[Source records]
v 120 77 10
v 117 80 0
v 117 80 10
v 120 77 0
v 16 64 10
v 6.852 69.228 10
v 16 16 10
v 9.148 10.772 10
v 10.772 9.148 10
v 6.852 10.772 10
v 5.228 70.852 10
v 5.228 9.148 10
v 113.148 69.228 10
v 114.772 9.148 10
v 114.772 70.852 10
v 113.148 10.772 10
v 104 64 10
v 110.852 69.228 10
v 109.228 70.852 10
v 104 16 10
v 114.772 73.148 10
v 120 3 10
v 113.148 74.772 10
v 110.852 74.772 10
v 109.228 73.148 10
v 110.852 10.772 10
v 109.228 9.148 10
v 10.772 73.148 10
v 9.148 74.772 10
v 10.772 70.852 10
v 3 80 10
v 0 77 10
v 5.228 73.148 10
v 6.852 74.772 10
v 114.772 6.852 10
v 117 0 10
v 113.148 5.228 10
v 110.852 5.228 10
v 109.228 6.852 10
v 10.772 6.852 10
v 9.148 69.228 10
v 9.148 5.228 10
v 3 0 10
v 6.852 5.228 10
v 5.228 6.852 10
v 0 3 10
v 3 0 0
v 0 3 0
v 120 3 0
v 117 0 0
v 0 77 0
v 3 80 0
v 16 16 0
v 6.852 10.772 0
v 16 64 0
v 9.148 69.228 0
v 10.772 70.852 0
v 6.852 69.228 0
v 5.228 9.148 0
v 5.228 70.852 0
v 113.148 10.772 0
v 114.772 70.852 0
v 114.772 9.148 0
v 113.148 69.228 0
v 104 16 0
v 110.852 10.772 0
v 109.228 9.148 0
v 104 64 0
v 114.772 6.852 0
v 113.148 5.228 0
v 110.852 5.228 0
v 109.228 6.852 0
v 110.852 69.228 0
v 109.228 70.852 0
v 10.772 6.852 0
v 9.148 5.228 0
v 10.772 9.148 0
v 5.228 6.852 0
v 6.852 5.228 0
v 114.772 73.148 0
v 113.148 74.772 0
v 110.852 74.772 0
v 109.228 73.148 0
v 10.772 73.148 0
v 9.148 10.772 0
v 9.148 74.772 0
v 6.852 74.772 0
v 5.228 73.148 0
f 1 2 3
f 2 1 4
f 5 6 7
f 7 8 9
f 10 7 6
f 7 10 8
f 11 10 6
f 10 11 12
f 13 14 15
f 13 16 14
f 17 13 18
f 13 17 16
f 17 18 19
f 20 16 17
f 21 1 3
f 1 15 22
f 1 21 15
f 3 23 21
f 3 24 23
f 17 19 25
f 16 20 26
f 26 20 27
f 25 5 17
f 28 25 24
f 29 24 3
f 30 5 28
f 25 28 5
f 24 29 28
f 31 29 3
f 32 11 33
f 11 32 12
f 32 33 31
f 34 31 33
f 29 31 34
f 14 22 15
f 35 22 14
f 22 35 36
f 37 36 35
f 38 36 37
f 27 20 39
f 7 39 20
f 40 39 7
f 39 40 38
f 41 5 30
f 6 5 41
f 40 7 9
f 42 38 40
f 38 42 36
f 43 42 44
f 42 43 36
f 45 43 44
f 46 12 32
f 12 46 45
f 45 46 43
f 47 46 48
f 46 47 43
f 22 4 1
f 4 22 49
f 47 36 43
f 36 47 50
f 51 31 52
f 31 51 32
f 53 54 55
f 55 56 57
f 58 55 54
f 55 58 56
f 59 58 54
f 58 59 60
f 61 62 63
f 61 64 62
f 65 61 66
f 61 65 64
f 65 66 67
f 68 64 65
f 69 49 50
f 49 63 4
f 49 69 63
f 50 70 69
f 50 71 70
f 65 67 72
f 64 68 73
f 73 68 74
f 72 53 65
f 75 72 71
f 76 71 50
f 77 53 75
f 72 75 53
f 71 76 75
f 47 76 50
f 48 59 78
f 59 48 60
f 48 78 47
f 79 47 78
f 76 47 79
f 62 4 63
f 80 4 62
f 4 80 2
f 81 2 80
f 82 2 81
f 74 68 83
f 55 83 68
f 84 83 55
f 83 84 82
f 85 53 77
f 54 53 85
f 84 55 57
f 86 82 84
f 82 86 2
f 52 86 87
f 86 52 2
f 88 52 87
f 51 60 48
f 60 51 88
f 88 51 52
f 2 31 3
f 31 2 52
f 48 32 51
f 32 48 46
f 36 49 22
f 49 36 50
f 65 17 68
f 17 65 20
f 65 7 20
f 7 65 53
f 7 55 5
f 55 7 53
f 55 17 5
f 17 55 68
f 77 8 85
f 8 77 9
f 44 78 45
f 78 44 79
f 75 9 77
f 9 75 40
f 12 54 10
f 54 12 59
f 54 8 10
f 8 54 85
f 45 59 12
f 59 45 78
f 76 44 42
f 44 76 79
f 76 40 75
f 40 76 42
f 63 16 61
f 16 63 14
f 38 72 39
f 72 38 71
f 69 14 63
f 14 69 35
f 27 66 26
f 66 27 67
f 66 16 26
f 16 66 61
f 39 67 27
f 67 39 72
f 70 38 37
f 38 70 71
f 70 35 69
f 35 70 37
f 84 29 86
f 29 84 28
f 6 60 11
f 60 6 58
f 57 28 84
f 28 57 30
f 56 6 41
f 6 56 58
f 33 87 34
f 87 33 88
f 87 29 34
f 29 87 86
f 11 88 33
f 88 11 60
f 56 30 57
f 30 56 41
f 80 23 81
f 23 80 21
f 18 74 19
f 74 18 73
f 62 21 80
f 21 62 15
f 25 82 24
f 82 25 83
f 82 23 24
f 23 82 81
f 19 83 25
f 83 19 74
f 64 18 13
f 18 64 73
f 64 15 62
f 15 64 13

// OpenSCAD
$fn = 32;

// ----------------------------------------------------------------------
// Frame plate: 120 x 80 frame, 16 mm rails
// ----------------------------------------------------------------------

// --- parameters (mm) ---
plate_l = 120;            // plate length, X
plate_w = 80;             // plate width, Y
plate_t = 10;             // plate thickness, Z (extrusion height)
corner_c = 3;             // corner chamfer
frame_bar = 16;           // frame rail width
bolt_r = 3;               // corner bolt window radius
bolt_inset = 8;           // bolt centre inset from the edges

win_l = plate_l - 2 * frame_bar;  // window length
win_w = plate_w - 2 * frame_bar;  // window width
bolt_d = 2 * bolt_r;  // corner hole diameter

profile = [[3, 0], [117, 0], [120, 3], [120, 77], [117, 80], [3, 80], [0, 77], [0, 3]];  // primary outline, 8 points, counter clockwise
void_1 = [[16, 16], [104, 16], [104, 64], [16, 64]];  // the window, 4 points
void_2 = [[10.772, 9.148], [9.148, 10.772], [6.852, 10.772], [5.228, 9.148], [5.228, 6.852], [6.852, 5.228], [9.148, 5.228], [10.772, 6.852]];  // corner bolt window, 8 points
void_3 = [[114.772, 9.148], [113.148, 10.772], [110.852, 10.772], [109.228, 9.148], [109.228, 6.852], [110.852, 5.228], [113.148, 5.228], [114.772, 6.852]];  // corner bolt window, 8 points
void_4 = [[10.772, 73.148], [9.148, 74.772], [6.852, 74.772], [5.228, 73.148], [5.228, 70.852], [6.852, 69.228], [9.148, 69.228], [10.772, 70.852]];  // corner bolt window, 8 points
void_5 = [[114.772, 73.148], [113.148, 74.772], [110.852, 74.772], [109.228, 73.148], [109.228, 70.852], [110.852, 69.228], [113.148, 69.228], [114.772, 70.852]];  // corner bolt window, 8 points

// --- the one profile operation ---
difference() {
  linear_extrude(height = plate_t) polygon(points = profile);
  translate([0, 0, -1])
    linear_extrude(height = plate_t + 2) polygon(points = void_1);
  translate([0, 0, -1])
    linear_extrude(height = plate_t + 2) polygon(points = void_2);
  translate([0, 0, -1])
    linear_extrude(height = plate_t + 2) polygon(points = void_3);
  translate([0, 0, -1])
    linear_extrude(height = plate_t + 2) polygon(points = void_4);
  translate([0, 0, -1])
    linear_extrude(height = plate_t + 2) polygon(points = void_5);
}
---
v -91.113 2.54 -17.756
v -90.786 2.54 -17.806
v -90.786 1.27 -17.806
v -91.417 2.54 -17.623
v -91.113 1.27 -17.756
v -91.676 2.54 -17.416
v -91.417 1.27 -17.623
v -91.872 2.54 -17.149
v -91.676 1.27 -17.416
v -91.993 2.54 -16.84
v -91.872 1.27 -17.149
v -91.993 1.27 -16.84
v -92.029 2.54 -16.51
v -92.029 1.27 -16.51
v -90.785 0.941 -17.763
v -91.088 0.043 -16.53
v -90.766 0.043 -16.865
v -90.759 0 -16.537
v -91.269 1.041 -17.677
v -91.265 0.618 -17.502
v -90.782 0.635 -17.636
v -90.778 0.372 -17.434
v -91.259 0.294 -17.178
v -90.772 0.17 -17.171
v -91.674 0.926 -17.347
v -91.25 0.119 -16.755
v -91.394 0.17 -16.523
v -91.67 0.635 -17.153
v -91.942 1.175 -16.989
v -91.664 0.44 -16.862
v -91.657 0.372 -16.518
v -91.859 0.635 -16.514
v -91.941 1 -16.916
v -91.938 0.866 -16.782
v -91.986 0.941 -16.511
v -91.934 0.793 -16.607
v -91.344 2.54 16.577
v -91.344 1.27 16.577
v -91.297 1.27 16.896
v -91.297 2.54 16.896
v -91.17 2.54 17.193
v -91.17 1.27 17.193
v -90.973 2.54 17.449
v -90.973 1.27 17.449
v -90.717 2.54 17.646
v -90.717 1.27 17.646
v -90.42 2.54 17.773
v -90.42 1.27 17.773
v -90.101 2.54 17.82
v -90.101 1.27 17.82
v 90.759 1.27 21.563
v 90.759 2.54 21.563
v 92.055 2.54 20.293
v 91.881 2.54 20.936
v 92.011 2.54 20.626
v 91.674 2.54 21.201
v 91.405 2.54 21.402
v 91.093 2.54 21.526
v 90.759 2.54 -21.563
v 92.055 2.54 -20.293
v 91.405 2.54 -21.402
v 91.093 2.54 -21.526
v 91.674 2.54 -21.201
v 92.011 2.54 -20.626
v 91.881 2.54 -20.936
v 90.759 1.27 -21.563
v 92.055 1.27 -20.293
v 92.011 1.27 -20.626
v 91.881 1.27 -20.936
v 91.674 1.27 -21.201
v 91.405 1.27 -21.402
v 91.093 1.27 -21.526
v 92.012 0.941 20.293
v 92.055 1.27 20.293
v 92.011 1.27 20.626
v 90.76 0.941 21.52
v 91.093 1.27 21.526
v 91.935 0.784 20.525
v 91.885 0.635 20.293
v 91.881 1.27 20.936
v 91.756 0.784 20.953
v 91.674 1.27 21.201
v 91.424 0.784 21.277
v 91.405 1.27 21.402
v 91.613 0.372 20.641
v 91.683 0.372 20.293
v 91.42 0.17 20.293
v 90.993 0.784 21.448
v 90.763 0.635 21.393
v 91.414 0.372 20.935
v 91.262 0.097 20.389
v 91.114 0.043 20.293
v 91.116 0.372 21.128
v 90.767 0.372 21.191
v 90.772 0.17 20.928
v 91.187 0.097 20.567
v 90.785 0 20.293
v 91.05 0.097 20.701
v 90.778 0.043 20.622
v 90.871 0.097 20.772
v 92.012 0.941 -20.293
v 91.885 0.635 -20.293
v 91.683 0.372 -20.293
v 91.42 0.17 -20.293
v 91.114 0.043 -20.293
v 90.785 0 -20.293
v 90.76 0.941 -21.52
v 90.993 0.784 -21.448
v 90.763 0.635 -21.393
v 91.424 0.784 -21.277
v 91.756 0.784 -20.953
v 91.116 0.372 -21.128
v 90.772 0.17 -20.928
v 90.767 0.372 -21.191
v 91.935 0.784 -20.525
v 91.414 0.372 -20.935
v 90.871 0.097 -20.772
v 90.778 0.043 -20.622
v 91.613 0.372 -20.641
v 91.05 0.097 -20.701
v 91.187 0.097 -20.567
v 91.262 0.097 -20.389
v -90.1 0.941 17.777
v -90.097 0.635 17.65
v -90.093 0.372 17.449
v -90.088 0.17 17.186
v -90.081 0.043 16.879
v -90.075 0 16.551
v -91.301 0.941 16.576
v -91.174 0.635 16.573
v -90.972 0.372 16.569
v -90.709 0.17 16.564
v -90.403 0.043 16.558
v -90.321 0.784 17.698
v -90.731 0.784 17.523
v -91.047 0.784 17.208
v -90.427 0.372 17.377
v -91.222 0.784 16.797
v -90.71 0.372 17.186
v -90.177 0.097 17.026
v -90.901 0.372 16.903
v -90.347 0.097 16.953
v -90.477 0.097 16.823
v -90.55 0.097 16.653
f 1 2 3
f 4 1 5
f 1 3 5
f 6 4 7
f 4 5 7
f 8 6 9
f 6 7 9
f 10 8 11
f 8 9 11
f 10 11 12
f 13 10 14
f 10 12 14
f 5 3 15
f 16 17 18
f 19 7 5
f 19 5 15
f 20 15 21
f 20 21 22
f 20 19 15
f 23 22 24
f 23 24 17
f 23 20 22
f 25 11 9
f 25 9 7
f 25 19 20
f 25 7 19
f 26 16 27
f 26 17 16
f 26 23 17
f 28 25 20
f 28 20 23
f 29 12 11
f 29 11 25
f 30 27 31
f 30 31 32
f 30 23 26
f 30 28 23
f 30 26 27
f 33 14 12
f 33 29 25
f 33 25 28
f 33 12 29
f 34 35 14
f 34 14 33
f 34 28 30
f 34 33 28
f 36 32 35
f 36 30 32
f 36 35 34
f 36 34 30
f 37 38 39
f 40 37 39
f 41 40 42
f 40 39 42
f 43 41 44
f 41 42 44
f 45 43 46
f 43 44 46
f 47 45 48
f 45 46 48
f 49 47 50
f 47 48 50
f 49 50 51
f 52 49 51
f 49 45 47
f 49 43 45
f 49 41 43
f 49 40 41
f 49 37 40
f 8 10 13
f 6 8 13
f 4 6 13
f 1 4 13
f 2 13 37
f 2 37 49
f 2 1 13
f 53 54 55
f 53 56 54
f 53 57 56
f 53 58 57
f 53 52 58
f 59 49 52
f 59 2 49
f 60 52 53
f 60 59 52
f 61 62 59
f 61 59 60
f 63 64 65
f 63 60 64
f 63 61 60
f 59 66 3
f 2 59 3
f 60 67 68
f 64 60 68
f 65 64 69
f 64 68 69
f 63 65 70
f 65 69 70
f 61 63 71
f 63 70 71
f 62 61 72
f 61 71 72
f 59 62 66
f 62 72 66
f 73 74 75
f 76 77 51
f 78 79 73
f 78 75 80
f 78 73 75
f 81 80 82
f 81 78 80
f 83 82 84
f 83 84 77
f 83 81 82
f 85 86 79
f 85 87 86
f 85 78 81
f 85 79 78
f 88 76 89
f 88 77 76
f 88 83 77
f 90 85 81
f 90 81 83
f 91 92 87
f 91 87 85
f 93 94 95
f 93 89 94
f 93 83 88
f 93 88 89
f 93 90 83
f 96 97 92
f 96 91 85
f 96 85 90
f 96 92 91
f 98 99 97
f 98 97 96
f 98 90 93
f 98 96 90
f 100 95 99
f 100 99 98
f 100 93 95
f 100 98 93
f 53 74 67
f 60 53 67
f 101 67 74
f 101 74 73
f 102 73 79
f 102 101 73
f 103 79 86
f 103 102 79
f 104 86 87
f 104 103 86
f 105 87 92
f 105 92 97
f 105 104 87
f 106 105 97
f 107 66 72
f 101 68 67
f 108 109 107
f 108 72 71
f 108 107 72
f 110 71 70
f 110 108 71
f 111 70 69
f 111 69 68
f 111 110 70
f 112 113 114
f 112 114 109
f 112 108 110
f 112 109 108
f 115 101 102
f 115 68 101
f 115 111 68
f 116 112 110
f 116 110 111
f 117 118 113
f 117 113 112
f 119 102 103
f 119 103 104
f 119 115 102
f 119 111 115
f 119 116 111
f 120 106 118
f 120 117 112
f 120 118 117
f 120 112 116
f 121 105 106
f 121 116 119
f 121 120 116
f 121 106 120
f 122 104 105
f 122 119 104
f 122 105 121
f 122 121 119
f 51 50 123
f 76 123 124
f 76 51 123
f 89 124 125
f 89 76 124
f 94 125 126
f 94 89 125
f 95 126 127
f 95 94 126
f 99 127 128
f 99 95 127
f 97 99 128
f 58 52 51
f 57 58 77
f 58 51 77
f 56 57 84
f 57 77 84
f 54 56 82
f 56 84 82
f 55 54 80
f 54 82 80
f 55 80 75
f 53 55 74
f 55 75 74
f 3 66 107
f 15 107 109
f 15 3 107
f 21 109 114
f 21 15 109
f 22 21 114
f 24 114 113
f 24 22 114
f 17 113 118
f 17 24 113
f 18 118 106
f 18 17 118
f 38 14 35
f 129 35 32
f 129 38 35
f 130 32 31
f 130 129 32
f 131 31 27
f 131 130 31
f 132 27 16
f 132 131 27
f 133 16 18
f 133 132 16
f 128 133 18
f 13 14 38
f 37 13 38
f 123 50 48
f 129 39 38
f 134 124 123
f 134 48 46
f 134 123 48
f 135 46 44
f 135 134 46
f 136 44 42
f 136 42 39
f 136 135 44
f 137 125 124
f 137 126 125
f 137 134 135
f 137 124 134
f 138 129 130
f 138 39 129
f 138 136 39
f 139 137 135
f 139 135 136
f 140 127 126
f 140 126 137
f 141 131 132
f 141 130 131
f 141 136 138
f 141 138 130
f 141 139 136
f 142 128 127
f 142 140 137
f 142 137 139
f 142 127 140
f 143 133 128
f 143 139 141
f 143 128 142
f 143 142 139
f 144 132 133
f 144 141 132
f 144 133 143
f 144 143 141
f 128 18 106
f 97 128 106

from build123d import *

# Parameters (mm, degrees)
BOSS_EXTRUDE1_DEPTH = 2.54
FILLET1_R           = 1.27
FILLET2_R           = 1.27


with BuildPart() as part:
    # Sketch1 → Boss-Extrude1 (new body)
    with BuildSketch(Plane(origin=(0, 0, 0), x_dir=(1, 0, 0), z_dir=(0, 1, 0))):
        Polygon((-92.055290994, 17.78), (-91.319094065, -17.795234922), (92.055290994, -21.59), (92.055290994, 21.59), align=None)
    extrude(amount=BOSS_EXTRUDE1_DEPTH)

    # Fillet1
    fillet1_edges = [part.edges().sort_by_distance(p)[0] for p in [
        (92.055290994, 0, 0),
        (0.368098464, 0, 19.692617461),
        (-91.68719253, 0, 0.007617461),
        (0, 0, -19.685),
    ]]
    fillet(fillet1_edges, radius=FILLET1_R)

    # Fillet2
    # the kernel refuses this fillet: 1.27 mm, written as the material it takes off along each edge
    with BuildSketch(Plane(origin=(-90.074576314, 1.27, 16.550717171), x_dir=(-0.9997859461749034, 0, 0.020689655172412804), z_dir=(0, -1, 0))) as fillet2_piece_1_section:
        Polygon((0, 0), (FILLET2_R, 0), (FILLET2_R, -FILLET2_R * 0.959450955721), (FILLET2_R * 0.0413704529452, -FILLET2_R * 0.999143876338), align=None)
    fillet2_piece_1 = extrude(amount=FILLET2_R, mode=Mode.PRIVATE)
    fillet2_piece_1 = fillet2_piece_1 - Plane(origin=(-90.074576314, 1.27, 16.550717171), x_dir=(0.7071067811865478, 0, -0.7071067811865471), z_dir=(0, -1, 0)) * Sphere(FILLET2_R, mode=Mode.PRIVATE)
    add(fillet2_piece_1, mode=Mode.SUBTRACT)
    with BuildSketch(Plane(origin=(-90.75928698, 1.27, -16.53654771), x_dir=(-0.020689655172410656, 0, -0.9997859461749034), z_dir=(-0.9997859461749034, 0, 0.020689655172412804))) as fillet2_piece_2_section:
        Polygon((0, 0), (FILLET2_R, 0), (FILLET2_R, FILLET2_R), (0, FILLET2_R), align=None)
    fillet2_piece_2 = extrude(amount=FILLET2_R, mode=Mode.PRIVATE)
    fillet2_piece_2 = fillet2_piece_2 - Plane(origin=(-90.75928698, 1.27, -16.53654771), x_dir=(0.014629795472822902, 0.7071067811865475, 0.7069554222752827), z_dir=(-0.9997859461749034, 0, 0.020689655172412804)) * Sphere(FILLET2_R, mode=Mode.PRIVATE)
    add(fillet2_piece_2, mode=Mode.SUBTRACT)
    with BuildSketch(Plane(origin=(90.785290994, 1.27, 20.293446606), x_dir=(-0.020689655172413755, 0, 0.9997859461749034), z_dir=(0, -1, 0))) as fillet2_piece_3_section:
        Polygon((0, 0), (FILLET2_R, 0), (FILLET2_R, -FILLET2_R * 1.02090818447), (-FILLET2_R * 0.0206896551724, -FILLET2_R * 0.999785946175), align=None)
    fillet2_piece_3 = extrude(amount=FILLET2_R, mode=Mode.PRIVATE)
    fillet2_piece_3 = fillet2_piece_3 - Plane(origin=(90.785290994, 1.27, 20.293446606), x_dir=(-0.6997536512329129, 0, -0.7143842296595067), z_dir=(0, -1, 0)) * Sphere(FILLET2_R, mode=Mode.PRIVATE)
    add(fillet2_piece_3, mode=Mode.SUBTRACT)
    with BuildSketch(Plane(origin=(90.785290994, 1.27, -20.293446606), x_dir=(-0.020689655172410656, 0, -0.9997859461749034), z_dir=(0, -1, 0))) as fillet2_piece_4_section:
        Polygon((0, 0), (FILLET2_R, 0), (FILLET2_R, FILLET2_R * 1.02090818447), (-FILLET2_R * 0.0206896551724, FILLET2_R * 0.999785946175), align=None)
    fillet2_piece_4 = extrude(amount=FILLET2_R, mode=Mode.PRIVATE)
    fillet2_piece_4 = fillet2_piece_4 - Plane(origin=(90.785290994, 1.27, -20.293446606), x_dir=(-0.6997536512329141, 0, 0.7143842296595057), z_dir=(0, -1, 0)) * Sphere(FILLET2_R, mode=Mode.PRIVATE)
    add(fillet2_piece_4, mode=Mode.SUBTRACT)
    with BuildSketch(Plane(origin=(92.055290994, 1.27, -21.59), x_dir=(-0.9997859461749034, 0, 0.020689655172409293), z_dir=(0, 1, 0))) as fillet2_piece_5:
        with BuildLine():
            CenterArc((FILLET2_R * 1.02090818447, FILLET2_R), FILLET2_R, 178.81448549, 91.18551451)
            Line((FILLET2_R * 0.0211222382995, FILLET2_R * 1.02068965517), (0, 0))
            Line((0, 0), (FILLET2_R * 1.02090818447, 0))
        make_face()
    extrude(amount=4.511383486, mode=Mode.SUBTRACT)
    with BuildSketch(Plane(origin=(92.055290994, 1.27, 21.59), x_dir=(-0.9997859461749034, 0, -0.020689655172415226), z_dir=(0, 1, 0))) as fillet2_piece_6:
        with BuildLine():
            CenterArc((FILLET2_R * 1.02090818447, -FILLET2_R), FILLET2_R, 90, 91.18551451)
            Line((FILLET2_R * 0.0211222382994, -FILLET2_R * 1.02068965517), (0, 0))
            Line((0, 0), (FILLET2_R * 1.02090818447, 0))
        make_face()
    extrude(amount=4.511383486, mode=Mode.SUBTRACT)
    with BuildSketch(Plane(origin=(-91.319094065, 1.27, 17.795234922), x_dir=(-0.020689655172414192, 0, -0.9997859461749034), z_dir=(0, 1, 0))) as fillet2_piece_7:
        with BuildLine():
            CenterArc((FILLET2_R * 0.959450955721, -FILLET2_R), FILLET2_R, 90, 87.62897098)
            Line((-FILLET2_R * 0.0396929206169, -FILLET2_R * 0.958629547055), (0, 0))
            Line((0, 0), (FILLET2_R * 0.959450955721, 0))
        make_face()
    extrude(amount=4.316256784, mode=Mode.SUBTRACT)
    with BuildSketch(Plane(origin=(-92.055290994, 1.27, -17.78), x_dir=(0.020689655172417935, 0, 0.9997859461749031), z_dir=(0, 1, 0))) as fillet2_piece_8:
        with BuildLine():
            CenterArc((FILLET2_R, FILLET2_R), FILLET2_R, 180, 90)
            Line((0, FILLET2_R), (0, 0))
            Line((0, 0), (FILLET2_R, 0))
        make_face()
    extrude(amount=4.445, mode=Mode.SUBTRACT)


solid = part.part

WORK INSTRUCTION: Within the data above, the span starting at the line containing "v -91.297 1.27 16.896" and ending at the line containing "v 90.871 0.097 -20.772" is to be retyped exactly, with no other lines.

TASK OUTPUT:
v -91.297 1.27 16.896
v -91.297 2.54 16.896
v -91.17 2.54 17.193
v -91.17 1.27 17.193
v -90.973 2.54 17.449
v -90.973 1.27 17.449
v -90.717 2.54 17.646
v -90.717 1.27 17.646
v -90.42 2.54 17.773
v -90.42 1.27 17.773
v -90.101 2.54 17.82
v -90.101 1.27 17.82
v 90.759 1.27 21.563
v 90.759 2.54 21.563
v 92.055 2.54 20.293
v 91.881 2.54 20.936
v 92.011 2.54 20.626
v 91.674 2.54 21.201
v 91.405 2.54 21.402
v 91.093 2.54 21.526
v 90.759 2.54 -21.563
v 92.055 2.54 -20.293
v 91.405 2.54 -21.402
v 91.093 2.54 -21.526
v 91.674 2.54 -21.201
v 92.011 2.54 -20.626
v 91.881 2.54 -20.936
v 90.759 1.27 -21.563
v 92.055 1.27 -20.293
v 92.011 1.27 -20.626
v 91.881 1.27 -20.936
v 91.674 1.27 -21.201
v 91.405 1.27 -21.402
v 91.093 1.27 -21.526
v 92.012 0.941 20.293
v 92.055 1.27 20.293
v 92.011 1.27 20.626
v 90.76 0.941 21.52
v 91.093 1.27 21.526
v 91.935 0.784 20.525
v 91.885 0.635 20.293
v 91.881 1.27 20.936
v 91.756 0.784 20.953
v 91.674 1.27 21.201
v 91.424 0.784 21.277
v 91.405 1.27 21.402
v 91.613 0.372 20.641
v 91.683 0.372 20.293
v 91.42 0.17 20.293
v 90.993 0.784 21.448
v 90.763 0.635 21.393
v 91.414 0.372 20.935
v 91.262 0.097 20.389
v 91.114 0.043 20.293
v 91.116 0.372 21.128
v 90.767 0.372 21.191
v 90.772 0.17 20.928
v 91.187 0.097 20.567
v 90.785 0 20.293
v 91.05 0.097 20.701
v 90.778 0.043 20.622
v 90.871 0.097 20.772
v 92.012 0.941 -20.293
v 91.885 0.635 -20.293
v 91.683 0.372 -20.293
v 91.42 0.17 -20.293
v 91.114 0.043 -20.293
v 90.785 0 -20.293
v 90.76 0.941 -21.52
v 90.993 0.784 -21.448
v 90.763 0.635 -21.393
v 91.424 0.784 -21.277
v 91.756 0.784 -20.953
v 91.116 0.372 -21.128
v 90.772 0.17 -20.928
v 90.767 0.372 -21.191
v 91.935 0.784 -20.525
v 91.414 0.372 -20.935
v 90.871 0.097 -20.772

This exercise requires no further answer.